OurStep类，使用 Pydantic 的BaseModel，作为我们的规划器代理的严格契约。tool: Literal[...]字段强制大语言模型在使用我们的内部知识（search_10k）或寻求外部信息（search_web）之间做出明确的决策。

这种结构化输出比尝试解析自然语言计划可靠得多。

既然我们已经定义了单个步骤，我们就需要一个容器来容纳整个步骤序列。我们将创建一个计划类，它只是一个步骤对象的列表。这代表了代理完整的端到端研究策略。

# Pydantic model for the overall plan, which is a list of individual steps
class Plan(BaseModel):
    # A list of Step objects that outlines the full research plan
    steps: List[Step] = Field(description="A detailed, multi-step plan to answer the user's query.")

我们编写了一个计划类，它将为整个研究过程提供结构。当我们调用计划代理时，我们将要求它返回一个符合此模式的JSON对象。这确保了在采取任何检索操作之前，代理策略是清晰、有序且机器可读的。

接下来，当我们的智能体执行其计划时，它需要一种方式来记住所学内容。我们将定义一个过去步骤字典，用于存储每个已完成步骤的结果。这将构成智能体的研究历史或实验笔记。

# A TypedDict to store the results of a completed step in our research history
class PastStep(TypedDict):
    step_index: int              # The index of the completed step (e.g., 1, 2, 3)
    sub_question: str            # The sub-question that was addressed in this step
    retrieved_docs: List[Document] # The precise documents retrieved and reranked for this step
    summary: str                 # The agent's one-sentence summary of the findings from this step

这个过去步骤结构对于智能体的自我批判循环至关重要。在每一步之后，我们将填充其中一个字典，并将其添加到我们的状态中。然后，智能体将能够查看这个不断增长的摘要列表，以了解它所知道的内容，并决定是否有足够的信息来完成其任务。
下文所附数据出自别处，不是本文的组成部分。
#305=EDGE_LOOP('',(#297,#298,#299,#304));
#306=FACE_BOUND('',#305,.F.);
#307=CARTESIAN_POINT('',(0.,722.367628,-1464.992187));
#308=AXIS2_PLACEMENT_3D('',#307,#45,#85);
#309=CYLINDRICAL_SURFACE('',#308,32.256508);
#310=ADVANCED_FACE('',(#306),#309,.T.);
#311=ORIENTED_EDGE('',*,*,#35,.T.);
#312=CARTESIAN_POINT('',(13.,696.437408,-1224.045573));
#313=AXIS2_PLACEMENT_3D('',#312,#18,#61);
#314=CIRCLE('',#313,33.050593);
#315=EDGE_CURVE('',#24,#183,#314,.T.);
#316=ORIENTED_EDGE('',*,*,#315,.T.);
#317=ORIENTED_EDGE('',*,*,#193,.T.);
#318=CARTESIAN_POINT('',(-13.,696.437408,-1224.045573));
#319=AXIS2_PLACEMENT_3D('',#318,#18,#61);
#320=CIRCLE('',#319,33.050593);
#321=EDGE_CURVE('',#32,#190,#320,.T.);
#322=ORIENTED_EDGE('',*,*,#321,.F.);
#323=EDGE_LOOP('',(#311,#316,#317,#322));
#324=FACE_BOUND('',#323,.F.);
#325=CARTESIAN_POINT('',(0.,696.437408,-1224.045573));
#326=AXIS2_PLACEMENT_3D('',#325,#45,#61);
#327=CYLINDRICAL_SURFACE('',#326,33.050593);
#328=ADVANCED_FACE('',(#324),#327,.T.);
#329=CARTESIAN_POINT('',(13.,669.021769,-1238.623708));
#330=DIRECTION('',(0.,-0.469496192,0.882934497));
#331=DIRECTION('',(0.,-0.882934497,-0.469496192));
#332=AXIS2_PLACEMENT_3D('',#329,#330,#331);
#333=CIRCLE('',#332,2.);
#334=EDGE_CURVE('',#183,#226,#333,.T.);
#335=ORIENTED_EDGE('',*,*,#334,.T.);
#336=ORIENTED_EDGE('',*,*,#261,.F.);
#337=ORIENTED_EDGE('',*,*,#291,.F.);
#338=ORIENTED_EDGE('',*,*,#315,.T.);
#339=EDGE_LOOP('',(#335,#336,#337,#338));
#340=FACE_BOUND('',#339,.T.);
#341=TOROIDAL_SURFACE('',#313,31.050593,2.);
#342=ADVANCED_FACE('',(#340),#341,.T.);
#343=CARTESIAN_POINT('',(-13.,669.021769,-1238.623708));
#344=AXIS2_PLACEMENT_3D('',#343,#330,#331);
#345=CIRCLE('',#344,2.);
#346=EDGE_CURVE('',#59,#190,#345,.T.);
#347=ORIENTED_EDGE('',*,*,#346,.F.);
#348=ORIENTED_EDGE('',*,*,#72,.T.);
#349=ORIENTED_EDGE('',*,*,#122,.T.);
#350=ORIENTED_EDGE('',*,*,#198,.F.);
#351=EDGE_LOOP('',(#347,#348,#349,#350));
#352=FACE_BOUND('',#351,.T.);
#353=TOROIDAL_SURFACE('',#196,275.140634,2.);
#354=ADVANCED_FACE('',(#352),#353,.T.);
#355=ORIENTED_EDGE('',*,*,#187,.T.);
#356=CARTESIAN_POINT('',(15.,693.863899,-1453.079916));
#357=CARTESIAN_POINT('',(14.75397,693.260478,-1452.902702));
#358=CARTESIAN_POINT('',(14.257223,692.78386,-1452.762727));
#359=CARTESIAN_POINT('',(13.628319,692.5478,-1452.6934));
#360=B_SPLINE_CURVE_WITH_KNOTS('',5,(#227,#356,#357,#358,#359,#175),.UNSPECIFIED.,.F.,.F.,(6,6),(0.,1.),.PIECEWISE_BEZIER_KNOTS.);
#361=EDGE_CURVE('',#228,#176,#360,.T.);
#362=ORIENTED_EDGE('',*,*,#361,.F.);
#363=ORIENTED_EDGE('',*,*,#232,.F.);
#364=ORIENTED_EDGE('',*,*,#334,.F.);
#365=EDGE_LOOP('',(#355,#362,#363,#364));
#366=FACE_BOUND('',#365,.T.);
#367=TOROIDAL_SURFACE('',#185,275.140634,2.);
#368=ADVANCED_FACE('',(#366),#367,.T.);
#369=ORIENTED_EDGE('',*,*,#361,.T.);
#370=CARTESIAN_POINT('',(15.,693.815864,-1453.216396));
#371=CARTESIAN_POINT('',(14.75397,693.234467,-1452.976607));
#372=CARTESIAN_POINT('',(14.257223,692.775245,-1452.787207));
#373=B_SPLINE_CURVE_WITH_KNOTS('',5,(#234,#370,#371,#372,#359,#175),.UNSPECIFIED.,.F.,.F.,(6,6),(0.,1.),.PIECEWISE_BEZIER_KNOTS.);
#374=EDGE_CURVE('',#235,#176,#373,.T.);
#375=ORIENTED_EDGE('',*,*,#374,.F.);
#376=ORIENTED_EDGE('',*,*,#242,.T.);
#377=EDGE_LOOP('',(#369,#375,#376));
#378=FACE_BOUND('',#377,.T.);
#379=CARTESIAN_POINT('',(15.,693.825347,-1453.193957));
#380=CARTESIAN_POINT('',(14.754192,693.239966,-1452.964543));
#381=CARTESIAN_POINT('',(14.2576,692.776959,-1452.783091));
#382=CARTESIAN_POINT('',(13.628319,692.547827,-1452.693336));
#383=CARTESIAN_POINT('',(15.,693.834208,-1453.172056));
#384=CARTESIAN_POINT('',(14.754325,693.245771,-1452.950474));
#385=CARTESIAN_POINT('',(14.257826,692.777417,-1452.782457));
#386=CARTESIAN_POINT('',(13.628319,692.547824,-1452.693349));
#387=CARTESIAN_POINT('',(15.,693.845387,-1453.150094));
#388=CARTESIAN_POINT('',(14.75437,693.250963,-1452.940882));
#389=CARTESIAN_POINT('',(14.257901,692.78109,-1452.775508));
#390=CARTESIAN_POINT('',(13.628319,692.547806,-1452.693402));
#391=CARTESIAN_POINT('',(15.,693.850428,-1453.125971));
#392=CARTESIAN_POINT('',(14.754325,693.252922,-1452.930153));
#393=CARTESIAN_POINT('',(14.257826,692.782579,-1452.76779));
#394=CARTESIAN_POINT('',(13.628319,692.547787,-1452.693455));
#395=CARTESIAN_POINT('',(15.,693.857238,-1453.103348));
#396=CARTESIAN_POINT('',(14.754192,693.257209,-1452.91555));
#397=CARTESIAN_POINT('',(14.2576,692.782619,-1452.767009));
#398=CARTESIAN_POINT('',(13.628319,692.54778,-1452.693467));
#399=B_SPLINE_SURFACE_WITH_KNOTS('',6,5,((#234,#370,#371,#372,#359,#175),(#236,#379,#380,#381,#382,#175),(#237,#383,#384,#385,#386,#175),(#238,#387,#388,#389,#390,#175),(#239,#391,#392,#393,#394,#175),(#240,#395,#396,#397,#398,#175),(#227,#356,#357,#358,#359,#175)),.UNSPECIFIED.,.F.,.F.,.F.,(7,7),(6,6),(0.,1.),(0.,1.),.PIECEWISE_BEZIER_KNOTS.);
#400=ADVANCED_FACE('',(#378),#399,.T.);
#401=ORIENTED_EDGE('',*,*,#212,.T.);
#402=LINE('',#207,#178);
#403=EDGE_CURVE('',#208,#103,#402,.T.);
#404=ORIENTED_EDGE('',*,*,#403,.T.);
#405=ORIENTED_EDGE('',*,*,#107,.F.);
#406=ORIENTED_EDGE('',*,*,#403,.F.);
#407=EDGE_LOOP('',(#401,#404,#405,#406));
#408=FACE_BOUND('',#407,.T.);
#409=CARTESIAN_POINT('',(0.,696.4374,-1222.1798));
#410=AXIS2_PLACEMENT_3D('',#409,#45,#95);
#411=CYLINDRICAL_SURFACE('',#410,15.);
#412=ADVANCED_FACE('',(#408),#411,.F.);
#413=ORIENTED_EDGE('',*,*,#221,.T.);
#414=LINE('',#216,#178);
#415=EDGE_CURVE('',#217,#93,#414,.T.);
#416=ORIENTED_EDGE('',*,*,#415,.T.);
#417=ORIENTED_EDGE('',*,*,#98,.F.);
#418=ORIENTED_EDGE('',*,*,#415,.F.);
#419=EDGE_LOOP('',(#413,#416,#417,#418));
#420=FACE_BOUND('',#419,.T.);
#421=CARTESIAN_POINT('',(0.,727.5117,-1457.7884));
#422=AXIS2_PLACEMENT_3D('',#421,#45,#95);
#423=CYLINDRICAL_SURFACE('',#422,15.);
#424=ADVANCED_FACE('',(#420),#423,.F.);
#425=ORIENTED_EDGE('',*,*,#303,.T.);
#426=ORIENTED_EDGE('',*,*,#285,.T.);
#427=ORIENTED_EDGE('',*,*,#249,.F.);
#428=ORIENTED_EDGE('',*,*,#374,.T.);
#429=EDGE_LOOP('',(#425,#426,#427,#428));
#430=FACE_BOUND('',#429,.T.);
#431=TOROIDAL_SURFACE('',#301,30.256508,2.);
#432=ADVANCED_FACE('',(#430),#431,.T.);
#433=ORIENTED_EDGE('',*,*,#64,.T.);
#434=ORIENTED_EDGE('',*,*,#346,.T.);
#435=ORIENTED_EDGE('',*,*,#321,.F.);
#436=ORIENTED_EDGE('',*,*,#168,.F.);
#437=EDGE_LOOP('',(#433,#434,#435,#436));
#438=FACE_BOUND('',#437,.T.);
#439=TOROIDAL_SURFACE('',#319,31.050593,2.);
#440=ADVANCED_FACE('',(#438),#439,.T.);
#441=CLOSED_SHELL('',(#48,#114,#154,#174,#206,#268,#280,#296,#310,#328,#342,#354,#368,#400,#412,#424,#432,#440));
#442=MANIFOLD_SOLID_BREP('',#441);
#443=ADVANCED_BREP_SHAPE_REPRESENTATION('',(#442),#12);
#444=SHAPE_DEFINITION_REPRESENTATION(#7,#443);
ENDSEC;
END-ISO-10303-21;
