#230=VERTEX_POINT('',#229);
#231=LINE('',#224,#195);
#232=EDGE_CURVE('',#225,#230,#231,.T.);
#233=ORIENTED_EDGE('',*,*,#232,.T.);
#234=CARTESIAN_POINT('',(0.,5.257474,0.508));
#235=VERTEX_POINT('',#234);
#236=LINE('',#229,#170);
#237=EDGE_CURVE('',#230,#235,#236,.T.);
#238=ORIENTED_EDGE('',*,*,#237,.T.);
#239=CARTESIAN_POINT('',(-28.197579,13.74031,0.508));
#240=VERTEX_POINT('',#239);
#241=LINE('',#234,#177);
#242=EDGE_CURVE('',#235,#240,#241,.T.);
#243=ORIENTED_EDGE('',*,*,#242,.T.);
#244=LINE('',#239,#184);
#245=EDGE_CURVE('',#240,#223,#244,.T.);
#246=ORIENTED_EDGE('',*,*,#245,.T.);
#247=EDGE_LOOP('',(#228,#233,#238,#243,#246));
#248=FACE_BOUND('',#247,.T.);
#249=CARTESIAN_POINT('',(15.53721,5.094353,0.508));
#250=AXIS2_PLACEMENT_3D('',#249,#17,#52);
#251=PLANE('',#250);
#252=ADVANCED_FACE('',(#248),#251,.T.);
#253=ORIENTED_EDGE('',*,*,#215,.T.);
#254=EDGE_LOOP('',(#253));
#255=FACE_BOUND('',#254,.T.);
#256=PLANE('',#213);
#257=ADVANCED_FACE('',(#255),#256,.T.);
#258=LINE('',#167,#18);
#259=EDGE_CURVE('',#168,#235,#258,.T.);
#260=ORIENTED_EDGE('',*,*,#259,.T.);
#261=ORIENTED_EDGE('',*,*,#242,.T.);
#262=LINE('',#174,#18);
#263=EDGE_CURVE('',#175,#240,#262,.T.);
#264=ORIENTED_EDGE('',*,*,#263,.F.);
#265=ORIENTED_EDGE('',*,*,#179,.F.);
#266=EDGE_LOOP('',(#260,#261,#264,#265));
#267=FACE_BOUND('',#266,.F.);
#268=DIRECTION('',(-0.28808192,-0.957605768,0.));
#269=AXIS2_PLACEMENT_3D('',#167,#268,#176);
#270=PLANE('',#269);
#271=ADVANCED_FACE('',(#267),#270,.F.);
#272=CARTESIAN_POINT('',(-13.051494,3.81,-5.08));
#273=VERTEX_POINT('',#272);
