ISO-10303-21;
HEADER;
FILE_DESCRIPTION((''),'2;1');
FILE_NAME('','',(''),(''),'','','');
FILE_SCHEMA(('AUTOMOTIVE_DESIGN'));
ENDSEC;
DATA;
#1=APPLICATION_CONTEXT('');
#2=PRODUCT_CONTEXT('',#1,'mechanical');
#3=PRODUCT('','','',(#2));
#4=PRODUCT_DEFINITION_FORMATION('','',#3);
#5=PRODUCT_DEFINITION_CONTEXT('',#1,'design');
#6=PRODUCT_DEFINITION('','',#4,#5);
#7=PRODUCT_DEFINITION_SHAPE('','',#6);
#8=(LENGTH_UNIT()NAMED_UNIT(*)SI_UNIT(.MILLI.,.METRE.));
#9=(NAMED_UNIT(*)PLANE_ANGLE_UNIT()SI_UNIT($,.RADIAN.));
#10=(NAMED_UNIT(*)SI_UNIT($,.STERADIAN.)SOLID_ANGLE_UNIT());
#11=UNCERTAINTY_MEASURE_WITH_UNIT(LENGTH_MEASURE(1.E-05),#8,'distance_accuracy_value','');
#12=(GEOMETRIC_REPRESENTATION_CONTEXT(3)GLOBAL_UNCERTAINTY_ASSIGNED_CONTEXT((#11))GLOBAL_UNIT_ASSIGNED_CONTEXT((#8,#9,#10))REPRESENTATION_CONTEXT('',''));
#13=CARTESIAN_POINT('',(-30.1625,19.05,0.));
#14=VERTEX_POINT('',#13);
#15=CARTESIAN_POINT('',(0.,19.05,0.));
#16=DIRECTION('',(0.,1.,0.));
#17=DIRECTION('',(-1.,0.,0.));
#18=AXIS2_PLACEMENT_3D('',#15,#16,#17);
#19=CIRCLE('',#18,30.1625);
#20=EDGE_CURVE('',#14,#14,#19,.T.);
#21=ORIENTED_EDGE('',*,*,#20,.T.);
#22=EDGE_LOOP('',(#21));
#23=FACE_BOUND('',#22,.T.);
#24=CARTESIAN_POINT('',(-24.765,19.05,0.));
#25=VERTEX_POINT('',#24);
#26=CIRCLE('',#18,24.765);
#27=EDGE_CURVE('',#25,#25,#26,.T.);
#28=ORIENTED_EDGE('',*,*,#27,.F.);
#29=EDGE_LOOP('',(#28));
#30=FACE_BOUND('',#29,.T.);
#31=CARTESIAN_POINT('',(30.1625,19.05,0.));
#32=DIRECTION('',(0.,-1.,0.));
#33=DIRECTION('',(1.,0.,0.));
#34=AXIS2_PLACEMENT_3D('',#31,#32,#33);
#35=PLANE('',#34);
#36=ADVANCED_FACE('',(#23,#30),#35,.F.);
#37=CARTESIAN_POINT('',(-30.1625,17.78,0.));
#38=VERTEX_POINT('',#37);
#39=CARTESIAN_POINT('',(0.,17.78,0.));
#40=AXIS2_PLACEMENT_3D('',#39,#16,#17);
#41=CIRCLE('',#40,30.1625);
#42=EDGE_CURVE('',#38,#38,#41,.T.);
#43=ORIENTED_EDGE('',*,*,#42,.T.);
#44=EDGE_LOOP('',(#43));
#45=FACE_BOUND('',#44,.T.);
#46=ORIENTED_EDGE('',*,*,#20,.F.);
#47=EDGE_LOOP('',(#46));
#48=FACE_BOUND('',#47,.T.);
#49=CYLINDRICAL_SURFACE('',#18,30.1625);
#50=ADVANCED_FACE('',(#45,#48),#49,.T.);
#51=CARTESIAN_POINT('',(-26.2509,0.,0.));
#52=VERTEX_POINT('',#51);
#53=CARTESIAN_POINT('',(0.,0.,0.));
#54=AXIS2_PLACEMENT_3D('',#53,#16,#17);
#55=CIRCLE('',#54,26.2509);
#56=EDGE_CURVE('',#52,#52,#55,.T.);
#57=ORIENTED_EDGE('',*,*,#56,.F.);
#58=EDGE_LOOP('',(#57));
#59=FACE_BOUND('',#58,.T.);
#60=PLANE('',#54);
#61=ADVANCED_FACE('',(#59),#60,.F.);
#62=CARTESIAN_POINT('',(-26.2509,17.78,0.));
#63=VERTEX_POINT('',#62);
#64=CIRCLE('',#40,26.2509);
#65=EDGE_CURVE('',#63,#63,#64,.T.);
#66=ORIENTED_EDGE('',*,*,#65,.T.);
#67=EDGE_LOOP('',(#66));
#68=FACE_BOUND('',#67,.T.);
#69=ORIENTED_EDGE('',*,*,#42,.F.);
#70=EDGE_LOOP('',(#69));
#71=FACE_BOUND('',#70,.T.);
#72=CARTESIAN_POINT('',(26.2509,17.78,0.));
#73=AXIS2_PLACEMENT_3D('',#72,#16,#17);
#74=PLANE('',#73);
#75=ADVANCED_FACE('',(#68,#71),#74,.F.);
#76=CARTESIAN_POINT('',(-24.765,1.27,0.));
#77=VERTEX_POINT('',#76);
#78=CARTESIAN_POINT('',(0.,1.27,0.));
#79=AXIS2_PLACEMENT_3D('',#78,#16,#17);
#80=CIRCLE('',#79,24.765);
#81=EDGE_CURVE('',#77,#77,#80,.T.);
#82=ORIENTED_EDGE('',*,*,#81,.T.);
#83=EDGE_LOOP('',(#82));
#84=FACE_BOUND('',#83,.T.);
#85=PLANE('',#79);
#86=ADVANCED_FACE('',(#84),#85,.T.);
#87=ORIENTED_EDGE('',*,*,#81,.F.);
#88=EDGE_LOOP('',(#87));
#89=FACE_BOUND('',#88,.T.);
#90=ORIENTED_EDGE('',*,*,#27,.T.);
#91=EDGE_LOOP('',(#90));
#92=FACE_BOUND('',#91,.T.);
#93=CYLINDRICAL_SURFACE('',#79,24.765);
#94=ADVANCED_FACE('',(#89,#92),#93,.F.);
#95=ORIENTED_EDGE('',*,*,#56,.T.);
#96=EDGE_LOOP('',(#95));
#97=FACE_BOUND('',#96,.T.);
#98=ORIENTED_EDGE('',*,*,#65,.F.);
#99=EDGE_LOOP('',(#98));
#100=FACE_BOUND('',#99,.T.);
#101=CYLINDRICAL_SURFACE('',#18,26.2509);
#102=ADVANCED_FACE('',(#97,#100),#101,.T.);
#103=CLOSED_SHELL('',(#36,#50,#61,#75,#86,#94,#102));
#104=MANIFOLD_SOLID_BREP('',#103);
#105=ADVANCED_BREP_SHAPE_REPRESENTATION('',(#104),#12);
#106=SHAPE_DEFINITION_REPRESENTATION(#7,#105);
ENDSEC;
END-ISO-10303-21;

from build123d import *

# Parameters (mm, degrees)
SKETCH4_R          = 24.765
CUT_EXTRUDE1_DEPTH = 17.78


with BuildPart() as part:
    # Sketch3 → Revolve1 (revolve)
    with BuildSketch(Plane.XY):
        Polygon((0, 0), (26.2509, 0), (26.2509, 17.78), (30.1625, 17.78), (30.1625, 19.05), (0, 19.05), align=None)
    revolve(axis=Axis((0, 19.05, 0), (0, -1, 0)))

    # Sketch4 → Cut-Extrude1 (cut)
    with BuildSketch(Plane(origin=(0, 19.05, 0), x_dir=(1, 0, 0), z_dir=(0, 1, 0))):
        Circle(SKETCH4_R)
    extrude(amount=-CUT_EXTRUDE1_DEPTH, mode=Mode.SUBTRACT)


solid = part.part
最后，我们将把所有这些部分整合到主RAGState字典中。这是一个核心对象，它将贯穿我们整个图，保存原始查询、完整计划、过去步骤的历史记录，以及

当前

正在执行步骤的所有中间数据。

# The main state dictionary that will be passed between all nodes in our LangGraph agent
class RAGState(TypedDict):
    original_question: str     # The initial, complex query from the user that starts the process
    plan: Plan                 # The multi-step plan generated by the Planner Agent
    past_steps: List[PastStep] # A cumulative history of completed research steps and their findings
    current_step_index: int    # The index of the current step in the plan being executed
    retrieved_docs: List[Document] # Documents retrieved in the current step (results of broad recall)
    reranked_docs: List[Document]  # Documents after precision reranking in the current step
    synthesized_context: str   # The concise, distilled context generated from the reranked docs
    final_answer: str          # The final, synthesized answer to the user's original question

这个RAGStateTypedDict是我们代理的完整思维。我们图中的每个节点都会接收这个字典作为输入，并返回其更新版本作为输出。

例如，计划节点将填充计划字段，检索节点将填充检索到的文档字段，依此类推。这种共享的、持久的状态正是我们简单的RAG链所缺乏的复杂迭代推理的实现方式。

现在我们已经定义了代理记忆的蓝图，接下来就可以构建系统的第一个认知组件：填充此状态的规划代理。